+++ Input +++

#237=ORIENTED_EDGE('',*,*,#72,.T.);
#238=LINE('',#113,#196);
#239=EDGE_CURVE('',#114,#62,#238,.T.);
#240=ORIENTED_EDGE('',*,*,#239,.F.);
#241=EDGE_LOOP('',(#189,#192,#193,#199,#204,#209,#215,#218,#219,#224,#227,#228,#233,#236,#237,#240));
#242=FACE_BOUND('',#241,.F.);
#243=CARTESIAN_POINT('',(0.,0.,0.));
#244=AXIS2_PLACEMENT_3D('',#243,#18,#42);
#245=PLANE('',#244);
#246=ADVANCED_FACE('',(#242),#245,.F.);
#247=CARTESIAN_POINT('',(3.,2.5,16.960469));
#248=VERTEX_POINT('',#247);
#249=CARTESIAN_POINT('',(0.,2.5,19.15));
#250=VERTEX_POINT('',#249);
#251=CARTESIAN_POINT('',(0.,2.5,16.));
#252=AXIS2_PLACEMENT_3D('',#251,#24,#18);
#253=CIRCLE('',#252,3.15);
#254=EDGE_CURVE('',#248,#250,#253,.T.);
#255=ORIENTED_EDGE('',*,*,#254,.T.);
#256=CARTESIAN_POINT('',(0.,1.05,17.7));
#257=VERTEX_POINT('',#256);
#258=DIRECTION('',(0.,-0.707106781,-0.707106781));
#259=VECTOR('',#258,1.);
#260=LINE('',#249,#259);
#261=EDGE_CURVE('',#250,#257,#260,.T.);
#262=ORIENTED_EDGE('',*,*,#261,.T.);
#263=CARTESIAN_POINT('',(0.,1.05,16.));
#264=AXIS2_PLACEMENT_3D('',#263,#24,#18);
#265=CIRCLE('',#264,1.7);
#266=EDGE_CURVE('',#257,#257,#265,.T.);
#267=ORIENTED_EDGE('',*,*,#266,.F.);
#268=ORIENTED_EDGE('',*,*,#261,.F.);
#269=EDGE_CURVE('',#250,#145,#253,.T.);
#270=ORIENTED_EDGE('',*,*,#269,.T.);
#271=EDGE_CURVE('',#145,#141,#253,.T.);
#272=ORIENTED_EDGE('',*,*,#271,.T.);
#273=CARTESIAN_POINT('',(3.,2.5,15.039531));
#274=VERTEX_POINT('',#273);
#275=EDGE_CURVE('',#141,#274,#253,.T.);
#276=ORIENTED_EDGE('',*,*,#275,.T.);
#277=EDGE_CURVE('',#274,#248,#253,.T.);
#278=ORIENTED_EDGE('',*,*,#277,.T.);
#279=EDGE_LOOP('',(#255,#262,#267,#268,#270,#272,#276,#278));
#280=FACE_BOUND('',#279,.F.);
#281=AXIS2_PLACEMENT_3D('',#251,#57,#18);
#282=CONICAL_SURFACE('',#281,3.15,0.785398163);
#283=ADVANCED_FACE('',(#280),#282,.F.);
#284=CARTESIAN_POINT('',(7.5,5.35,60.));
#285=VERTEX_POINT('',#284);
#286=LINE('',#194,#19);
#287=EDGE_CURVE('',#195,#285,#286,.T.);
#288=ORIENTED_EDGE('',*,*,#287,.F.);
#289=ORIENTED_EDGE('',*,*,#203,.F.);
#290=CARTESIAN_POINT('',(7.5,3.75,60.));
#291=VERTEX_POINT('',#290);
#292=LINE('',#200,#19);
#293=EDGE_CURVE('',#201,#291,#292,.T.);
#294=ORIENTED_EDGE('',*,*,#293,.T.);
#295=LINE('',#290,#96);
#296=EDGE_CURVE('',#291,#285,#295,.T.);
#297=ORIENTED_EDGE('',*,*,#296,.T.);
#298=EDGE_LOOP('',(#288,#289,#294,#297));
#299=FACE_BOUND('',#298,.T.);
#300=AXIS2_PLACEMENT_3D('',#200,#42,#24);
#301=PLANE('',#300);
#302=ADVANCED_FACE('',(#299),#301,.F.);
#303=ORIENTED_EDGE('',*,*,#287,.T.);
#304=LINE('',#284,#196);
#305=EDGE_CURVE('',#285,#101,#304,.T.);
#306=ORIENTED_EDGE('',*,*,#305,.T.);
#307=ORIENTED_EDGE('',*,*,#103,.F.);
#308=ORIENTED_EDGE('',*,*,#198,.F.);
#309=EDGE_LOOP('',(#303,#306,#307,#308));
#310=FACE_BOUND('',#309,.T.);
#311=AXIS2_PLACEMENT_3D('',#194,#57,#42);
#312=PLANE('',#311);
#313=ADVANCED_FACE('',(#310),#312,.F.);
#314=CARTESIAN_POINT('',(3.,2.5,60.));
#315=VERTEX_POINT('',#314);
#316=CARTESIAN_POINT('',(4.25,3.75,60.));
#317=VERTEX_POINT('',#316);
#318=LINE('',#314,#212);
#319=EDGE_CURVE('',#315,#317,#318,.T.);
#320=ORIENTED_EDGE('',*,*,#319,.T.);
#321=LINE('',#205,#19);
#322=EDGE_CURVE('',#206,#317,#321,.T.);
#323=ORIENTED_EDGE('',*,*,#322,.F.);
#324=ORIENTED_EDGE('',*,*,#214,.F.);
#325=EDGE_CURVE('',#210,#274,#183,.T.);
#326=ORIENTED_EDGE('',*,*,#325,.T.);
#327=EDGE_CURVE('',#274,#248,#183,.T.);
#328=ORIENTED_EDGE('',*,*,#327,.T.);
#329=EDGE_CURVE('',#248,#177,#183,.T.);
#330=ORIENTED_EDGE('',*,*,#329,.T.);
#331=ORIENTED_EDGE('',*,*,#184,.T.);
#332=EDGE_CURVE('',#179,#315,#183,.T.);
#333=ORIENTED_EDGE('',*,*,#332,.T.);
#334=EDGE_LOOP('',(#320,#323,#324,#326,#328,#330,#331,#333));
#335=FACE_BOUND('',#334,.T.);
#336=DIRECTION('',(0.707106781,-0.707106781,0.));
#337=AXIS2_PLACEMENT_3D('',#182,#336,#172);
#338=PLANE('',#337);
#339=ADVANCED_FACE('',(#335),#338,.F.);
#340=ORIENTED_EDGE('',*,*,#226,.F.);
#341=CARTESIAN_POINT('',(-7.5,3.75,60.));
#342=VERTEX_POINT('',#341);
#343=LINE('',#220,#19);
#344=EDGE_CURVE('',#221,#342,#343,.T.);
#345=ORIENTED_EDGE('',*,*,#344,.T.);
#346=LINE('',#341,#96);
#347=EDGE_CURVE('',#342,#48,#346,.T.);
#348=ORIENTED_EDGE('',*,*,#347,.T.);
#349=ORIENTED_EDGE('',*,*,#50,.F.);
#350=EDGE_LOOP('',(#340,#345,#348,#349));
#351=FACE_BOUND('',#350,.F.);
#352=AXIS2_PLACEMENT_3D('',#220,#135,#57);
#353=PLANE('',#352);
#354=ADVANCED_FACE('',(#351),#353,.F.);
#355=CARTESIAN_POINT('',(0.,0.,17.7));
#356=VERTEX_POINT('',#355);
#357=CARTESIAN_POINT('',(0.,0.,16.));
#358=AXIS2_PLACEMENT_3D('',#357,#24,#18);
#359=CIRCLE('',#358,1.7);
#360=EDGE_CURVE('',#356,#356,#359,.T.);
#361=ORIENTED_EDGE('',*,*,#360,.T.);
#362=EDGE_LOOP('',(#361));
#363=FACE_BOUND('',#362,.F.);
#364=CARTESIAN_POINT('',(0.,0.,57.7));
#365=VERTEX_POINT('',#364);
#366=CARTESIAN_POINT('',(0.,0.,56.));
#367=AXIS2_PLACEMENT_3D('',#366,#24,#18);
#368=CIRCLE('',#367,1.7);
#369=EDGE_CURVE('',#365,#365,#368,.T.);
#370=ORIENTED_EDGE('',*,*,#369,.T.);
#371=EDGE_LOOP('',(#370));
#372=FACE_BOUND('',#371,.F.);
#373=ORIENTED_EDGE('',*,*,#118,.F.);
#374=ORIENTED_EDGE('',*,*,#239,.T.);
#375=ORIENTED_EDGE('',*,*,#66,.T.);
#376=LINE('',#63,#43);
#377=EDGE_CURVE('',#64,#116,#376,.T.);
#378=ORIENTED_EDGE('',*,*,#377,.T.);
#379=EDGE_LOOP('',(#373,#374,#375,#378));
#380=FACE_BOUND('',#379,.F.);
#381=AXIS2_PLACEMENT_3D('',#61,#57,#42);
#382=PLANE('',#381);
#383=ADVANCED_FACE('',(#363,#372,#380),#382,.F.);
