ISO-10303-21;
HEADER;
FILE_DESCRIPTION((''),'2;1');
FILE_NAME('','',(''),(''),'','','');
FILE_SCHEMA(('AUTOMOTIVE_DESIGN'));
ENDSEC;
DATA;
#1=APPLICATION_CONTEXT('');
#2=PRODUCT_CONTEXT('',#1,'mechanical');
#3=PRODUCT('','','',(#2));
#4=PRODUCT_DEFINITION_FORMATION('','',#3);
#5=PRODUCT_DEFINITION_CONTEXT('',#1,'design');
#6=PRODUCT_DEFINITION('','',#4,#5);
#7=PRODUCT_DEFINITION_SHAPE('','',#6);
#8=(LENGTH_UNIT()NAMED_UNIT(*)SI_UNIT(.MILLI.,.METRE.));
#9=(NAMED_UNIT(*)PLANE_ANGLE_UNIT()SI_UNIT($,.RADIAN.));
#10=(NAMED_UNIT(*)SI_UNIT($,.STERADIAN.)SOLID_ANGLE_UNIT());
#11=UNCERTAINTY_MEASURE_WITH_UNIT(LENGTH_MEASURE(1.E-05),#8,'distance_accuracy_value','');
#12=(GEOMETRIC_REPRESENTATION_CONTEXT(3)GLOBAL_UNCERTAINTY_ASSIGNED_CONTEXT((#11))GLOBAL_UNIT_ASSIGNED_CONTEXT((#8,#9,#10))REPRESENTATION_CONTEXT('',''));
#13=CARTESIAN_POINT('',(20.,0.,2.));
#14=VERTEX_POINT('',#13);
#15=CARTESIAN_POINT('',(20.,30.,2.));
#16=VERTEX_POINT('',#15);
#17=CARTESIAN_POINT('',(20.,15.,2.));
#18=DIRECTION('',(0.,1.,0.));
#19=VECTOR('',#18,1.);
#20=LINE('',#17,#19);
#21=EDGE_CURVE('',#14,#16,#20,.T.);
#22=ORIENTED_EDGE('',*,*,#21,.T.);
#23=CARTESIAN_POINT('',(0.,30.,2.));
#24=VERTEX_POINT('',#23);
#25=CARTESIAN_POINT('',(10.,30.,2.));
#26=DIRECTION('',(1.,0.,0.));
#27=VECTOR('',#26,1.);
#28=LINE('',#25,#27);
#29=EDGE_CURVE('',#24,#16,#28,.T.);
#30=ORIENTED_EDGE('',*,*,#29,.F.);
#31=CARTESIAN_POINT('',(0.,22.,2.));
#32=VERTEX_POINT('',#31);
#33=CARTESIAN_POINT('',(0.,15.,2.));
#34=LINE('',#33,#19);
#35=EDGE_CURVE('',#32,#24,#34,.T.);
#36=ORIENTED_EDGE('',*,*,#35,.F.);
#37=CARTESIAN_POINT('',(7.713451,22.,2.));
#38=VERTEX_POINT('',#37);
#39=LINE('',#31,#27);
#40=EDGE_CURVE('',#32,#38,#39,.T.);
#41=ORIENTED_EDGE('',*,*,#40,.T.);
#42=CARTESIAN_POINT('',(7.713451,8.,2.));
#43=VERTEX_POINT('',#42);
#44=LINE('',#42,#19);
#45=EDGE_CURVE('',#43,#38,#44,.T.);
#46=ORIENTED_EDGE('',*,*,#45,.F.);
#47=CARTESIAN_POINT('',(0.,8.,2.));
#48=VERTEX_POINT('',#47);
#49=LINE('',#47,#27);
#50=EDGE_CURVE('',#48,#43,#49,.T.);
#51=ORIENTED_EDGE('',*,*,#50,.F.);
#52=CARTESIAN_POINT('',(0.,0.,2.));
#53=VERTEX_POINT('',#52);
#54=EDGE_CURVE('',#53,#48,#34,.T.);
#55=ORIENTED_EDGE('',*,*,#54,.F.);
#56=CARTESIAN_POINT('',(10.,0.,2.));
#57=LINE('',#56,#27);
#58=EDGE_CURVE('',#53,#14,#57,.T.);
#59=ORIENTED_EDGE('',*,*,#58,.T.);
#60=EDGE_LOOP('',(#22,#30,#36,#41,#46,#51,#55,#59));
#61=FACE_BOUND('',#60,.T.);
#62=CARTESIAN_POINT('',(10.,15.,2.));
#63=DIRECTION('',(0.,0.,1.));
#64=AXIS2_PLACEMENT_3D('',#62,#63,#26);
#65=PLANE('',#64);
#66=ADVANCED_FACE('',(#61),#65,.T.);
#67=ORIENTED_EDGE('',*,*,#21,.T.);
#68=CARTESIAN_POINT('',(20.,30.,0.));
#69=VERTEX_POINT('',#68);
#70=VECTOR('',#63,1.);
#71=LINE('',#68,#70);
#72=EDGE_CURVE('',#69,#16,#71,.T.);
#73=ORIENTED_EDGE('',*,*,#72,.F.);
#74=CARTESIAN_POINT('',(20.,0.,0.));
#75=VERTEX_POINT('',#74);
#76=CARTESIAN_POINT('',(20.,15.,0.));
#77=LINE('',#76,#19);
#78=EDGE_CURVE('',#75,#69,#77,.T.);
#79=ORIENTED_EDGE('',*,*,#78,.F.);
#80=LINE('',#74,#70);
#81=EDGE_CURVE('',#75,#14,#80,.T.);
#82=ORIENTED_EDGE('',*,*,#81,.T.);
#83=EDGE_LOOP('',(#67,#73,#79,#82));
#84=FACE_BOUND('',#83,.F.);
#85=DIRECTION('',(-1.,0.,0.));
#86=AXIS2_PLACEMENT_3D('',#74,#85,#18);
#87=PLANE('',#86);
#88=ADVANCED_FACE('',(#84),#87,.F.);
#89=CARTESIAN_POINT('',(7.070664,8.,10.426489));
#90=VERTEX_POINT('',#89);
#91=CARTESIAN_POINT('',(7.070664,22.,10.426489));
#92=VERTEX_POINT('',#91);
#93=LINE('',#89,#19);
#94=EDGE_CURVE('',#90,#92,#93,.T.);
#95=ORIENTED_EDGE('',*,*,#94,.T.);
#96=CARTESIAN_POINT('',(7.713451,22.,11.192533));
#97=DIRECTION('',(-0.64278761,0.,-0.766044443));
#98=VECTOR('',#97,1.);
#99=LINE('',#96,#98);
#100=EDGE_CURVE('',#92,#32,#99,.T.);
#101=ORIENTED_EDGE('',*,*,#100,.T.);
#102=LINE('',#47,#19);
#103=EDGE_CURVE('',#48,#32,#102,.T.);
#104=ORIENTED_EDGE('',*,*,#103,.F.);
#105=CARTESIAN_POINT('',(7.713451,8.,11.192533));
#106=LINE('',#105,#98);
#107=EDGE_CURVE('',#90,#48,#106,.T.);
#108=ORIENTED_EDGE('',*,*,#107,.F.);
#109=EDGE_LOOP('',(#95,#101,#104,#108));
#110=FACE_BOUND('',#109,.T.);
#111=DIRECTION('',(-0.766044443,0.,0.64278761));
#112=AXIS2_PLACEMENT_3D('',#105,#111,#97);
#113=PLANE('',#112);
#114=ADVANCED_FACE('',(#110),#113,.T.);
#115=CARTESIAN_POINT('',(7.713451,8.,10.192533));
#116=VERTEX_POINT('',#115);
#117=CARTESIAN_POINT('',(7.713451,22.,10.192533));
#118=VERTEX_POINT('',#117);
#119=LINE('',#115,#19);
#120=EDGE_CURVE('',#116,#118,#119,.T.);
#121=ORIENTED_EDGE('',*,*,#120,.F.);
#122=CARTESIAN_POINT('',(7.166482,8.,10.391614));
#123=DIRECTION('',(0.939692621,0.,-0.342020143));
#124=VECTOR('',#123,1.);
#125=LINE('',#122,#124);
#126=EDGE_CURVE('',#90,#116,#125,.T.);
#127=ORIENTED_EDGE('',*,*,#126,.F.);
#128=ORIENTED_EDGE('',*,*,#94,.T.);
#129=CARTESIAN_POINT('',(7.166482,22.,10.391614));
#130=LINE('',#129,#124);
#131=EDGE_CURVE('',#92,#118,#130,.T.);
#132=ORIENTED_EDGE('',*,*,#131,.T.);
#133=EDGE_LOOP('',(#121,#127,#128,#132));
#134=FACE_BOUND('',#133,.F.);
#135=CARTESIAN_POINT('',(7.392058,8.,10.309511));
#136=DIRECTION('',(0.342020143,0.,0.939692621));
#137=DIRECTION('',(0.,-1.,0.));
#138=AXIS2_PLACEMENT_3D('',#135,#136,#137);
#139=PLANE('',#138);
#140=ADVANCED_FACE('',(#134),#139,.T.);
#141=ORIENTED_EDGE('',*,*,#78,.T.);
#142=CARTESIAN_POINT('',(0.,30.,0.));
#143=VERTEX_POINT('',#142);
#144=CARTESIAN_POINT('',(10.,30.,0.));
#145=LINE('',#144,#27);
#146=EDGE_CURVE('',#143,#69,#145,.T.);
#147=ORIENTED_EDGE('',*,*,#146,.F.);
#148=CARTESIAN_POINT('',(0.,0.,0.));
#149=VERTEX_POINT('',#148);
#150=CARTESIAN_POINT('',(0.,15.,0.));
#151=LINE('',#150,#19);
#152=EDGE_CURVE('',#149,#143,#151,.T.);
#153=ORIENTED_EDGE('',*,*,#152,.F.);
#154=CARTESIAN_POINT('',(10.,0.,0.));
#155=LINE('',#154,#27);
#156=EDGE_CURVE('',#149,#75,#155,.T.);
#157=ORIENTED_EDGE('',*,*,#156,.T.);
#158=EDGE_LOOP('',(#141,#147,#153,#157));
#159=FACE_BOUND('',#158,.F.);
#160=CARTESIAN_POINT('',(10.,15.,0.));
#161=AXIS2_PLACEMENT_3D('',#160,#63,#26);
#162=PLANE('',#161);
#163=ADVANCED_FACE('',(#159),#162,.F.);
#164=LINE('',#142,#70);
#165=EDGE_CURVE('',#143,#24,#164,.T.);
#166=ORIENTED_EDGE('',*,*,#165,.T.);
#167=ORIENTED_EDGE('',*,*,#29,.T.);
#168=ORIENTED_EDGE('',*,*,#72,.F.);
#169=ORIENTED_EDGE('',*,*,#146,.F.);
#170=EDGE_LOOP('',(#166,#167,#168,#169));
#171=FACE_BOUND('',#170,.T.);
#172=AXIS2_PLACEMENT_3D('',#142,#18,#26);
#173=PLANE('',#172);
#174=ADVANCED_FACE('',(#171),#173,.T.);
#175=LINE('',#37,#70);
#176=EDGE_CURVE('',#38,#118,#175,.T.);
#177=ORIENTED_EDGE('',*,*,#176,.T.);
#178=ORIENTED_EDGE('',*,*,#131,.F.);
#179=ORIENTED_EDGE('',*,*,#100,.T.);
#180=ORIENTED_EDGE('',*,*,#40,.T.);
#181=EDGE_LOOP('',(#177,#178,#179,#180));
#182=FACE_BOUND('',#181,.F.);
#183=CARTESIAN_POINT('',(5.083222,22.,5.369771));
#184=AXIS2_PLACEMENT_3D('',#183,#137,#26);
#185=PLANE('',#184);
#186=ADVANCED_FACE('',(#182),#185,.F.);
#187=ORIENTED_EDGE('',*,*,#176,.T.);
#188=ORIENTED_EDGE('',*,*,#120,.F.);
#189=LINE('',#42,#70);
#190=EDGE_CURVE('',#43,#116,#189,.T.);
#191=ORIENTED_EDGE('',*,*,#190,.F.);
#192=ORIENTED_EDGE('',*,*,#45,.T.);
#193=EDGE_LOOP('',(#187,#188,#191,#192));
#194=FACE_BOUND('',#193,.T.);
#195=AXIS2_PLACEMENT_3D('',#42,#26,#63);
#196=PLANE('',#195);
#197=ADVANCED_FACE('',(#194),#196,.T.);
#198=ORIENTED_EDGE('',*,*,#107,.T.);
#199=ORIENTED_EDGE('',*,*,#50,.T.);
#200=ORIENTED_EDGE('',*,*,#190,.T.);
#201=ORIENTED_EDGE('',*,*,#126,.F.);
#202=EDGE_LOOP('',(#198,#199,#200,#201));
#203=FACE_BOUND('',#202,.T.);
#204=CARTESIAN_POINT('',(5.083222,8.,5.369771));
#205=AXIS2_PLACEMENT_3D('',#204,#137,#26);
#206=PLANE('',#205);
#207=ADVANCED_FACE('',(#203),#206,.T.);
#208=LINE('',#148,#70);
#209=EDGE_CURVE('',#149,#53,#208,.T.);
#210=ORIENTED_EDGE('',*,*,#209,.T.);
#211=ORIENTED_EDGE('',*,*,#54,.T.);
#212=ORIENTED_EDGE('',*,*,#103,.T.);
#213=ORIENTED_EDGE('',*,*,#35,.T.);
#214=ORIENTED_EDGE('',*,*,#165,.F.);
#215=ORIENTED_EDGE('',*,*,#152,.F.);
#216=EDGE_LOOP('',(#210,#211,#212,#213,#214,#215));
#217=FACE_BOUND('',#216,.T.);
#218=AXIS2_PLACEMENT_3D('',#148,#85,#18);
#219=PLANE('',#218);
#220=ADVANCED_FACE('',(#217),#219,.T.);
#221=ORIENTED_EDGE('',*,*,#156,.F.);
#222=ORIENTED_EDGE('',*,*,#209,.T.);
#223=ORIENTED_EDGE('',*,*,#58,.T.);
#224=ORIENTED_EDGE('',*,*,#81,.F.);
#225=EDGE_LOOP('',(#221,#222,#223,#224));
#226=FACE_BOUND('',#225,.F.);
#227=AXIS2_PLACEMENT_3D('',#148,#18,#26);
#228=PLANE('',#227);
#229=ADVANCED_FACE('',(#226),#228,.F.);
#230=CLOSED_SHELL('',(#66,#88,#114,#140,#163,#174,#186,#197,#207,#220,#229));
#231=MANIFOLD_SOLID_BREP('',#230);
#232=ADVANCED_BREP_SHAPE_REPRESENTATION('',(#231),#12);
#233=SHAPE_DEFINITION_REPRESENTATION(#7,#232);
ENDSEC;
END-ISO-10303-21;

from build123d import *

# Parameters (mm, degrees)
F0_W     = 20
F0_H     = 30
F1_DEPTH = 2
F3_START = -8
F3_DEPTH = 14
F4_SIZE  = 1


with BuildPart() as f1:
    # F0 (on Top) → F1 (new body)
    with BuildSketch(Plane.XY):
        with Locations((10, 15)):
            Rectangle(F0_W, F0_H)
    extrude(amount=F1_DEPTH)

    # F2 (on face) → F3 (join)
    with BuildSketch(Plane.XZ.offset(F3_START)):
        Polygon((7.7134513162, 11.1925333174), (0, 2), (7.7134513162, 2), align=None)
    extrude(amount=-F3_DEPTH)

    # F4
    f4_edges = [f1.edges().sort_by_distance(p)[0] for p in [
        (7.713451, 15, 11.192533),
    ]]
    chamfer(f4_edges, length=F4_SIZE)


solid = f1.part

+++

Copy, please, every line from the start of the entries down to the line that holds "#248=VERTEX_POINT('',#247);", with both of those lines included and no others.

#237=ORIENTED_EDGE('',*,*,#72,.T.);
#238=LINE('',#113,#196);
#239=EDGE_CURVE('',#114,#62,#238,.T.);
#240=ORIENTED_EDGE('',*,*,#239,.F.);
#241=EDGE_LOOP('',(#189,#192,#193,#199,#204,#209,#215,#218,#219,#224,#227,#228,#233,#236,#237,#240));
#242=FACE_BOUND('',#241,.F.);
#243=CARTESIAN_POINT('',(0.,0.,0.));
#244=AXIS2_PLACEMENT_3D('',#243,#18,#42);
#245=PLANE('',#244);
#246=ADVANCED_FACE('',(#242),#245,.F.);
#247=CARTESIAN_POINT('',(3.,2.5,16.960469));
#248=VERTEX_POINT('',#247);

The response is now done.